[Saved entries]
§ §

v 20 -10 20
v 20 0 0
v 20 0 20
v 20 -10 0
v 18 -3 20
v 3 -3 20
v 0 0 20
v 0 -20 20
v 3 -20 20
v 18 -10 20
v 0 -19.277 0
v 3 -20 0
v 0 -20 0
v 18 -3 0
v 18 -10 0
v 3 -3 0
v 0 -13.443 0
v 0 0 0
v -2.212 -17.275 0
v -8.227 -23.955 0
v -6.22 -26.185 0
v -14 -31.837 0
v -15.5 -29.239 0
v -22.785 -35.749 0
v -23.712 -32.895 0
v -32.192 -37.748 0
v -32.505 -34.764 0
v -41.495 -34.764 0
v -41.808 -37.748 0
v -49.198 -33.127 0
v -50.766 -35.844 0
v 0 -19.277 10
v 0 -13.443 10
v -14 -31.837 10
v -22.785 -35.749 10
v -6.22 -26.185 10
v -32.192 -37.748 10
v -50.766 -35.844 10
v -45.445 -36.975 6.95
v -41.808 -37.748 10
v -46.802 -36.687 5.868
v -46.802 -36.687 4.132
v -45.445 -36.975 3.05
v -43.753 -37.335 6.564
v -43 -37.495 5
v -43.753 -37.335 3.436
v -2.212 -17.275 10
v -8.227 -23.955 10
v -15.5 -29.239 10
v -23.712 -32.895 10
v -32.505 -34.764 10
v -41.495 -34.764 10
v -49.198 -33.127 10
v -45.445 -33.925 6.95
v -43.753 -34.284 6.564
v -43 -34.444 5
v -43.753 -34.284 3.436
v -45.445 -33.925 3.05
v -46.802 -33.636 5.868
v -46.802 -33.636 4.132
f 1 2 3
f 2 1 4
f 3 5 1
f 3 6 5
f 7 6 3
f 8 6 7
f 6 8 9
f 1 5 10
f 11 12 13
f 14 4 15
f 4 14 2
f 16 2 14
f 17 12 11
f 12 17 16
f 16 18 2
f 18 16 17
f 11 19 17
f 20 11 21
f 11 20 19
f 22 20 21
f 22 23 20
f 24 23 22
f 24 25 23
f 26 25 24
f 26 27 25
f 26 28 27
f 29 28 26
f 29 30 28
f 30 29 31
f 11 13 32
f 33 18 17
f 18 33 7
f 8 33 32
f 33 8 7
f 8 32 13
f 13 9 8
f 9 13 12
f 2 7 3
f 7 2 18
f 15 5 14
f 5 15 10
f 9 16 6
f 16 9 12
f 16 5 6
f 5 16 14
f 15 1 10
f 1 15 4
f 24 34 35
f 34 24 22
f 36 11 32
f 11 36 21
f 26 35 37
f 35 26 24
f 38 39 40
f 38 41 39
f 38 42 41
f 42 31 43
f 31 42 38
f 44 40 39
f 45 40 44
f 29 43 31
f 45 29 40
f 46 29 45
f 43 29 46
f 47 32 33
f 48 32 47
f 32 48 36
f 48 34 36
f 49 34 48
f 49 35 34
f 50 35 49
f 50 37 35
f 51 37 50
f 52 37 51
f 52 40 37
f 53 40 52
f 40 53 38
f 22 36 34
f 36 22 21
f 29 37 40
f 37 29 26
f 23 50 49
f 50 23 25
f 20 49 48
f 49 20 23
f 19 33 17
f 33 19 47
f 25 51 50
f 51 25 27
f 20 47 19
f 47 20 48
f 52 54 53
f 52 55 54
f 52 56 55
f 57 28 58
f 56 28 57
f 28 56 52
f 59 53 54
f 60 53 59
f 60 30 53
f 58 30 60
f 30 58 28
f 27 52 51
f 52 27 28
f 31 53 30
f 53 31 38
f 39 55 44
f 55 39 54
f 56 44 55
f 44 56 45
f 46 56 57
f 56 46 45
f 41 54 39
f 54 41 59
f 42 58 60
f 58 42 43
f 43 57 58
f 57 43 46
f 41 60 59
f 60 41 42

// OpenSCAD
// file: phone_grip1.scad
/*

	Arm/Gripper to hold phone (in a case) for telescope mount

*/

module gripper() {
	difference() {
		cube([20,20,20]);
		translate([3,3,-4]) cube([15,30,30]);
		translate([14,10,-4]) cube([20,20,30]);
	}
}




module arm() {
	difference() {
		difference() {
			cylinder(h = 10, r=46, center=false);
			translate([0,0,-5]) cylinder(h = 20, r=43, center=false);
		}

		translate([-50,-80,-10]) cube([60,90,40]);
		translate([0,-50,-10]) cube([60,190,40]);
	}

	
}


module phone_gripper_arm() {
	gripper();
	difference() {
		translate([-37,-8,0]) rotate([0,0,300]) arm();
		// bolt hole
		translate([-45,30,5]) rotate([90,0,0]) cylinder(h=30,r=2, center=true);

	}
}	


//phone_gripper_arm();
// main file
include <phone_grip1.scad>;

mirror([0,1,0]) phone_gripper_arm();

§ §

§ **TASK ITEM**: In full and without changes, give the data above once more.

§ **EXERCISE RESULT**:
v 20 -10 20
v 20 0 0
v 20 0 20
v 20 -10 0
v 18 -3 20
v 3 -3 20
v 0 0 20
v 0 -20 20
v 3 -20 20
v 18 -10 20
v 0 -19.277 0
v 3 -20 0
v 0 -20 0
v 18 -3 0
v 18 -10 0
v 3 -3 0
v 0 -13.443 0
v 0 0 0
v -2.212 -17.275 0
v -8.227 -23.955 0
v -6.22 -26.185 0
v -14 -31.837 0
v -15.5 -29.239 0
v -22.785 -35.749 0
v -23.712 -32.895 0
v -32.192 -37.748 0
v -32.505 -34.764 0
v -41.495 -34.764 0
v -41.808 -37.748 0
v -49.198 -33.127 0
v -50.766 -35.844 0
v 0 -19.277 10
v 0 -13.443 10
v -14 -31.837 10
v -22.785 -35.749 10
v -6.22 -26.185 10
v -32.192 -37.748 10
v -50.766 -35.844 10
v -45.445 -36.975 6.95
v -41.808 -37.748 10
v -46.802 -36.687 5.868
v -46.802 -36.687 4.132
v -45.445 -36.975 3.05
v -43.753 -37.335 6.564
v -43 -37.495 5
v -43.753 -37.335 3.436
v -2.212 -17.275 10
v -8.227 -23.955 10
v -15.5 -29.239 10
v -23.712 -32.895 10
v -32.505 -34.764 10
v -41.495 -34.764 10
v -49.198 -33.127 10
v -45.445 -33.925 6.95
v -43.753 -34.284 6.564
v -43 -34.444 5
v -43.753 -34.284 3.436
v -45.445 -33.925 3.05
v -46.802 -33.636 5.868
v -46.802 -33.636 4.132
f 1 2 3
f 2 1 4
f 3 5 1
f 3 6 5
f 7 6 3
f 8 6 7
f 6 8 9
f 1 5 10
f 11 12 13
f 14 4 15
f 4 14 2
f 16 2 14
f 17 12 11
f 12 17 16
f 16 18 2
f 18 16 17
f 11 19 17
f 20 11 21
f 11 20 19
f 22 20 21
f 22 23 20
f 24 23 22
f 24 25 23
f 26 25 24
f 26 27 25
f 26 28 27
f 29 28 26
f 29 30 28
f 30 29 31
f 11 13 32
f 33 18 17
f 18 33 7
f 8 33 32
f 33 8 7
f 8 32 13
f 13 9 8
f 9 13 12
f 2 7 3
f 7 2 18
f 15 5 14
f 5 15 10
f 9 16 6
f 16 9 12
f 16 5 6
f 5 16 14
f 15 1 10
f 1 15 4
f 24 34 35
f 34 24 22
f 36 11 32
f 11 36 21
f 26 35 37
f 35 26 24
f 38 39 40
f 38 41 39
f 38 42 41
f 42 31 43
f 31 42 38
f 44 40 39
f 45 40 44
f 29 43 31
f 45 29 40
f 46 29 45
f 43 29 46
f 47 32 33
f 48 32 47
f 32 48 36
f 48 34 36
f 49 34 48
f 49 35 34
f 50 35 49
f 50 37 35
f 51 37 50
f 52 37 51
f 52 40 37
f 53 40 52
f 40 53 38
f 22 36 34
f 36 22 21
f 29 37 40
f 37 29 26
f 23 50 49
f 50 23 25
f 20 49 48
f 49 20 23
f 19 33 17
f 33 19 47
f 25 51 50
f 51 25 27
f 20 47 19
f 47 20 48
f 52 54 53
f 52 55 54
f 52 56 55
f 57 28 58
f 56 28 57
f 28 56 52
f 59 53 54
f 60 53 59
f 60 30 53
f 58 30 60
f 30 58 28
f 27 52 51
f 52 27 28
f 31 53 30
f 53 31 38
f 39 55 44
f 55 39 54
f 56 44 55
f 44 56 45
f 46 56 57
f 56 46 45
f 41 54 39
f 54 41 59
f 42 58 60
f 58 42 43
f 43 57 58
f 57 43 46
f 41 60 59
f 60 41 42

// OpenSCAD
// file: phone_grip1.scad
/*

	Arm/Gripper to hold phone (in a case) for telescope mount

*/

module gripper() {
	difference() {
		cube([20,20,20]);
		translate([3,3,-4]) cube([15,30,30]);
		translate([14,10,-4]) cube([20,20,30]);
	}
}




module arm() {
	difference() {
		difference() {
			cylinder(h = 10, r=46, center=false);
			translate([0,0,-5]) cylinder(h = 20, r=43, center=false);
		}

		translate([-50,-80,-10]) cube([60,90,40]);
		translate([0,-50,-10]) cube([60,190,40]);
	}

	
}


module phone_gripper_arm() {
	gripper();
	difference() {
		translate([-37,-8,0]) rotate([0,0,300]) arm();
		// bolt hole
		translate([-45,30,5]) rotate([90,0,0]) cylinder(h=30,r=2, center=true);

	}
}	


//phone_gripper_arm();
// main file
include <phone_grip1.scad>;

mirror([0,1,0]) phone_gripper_arm();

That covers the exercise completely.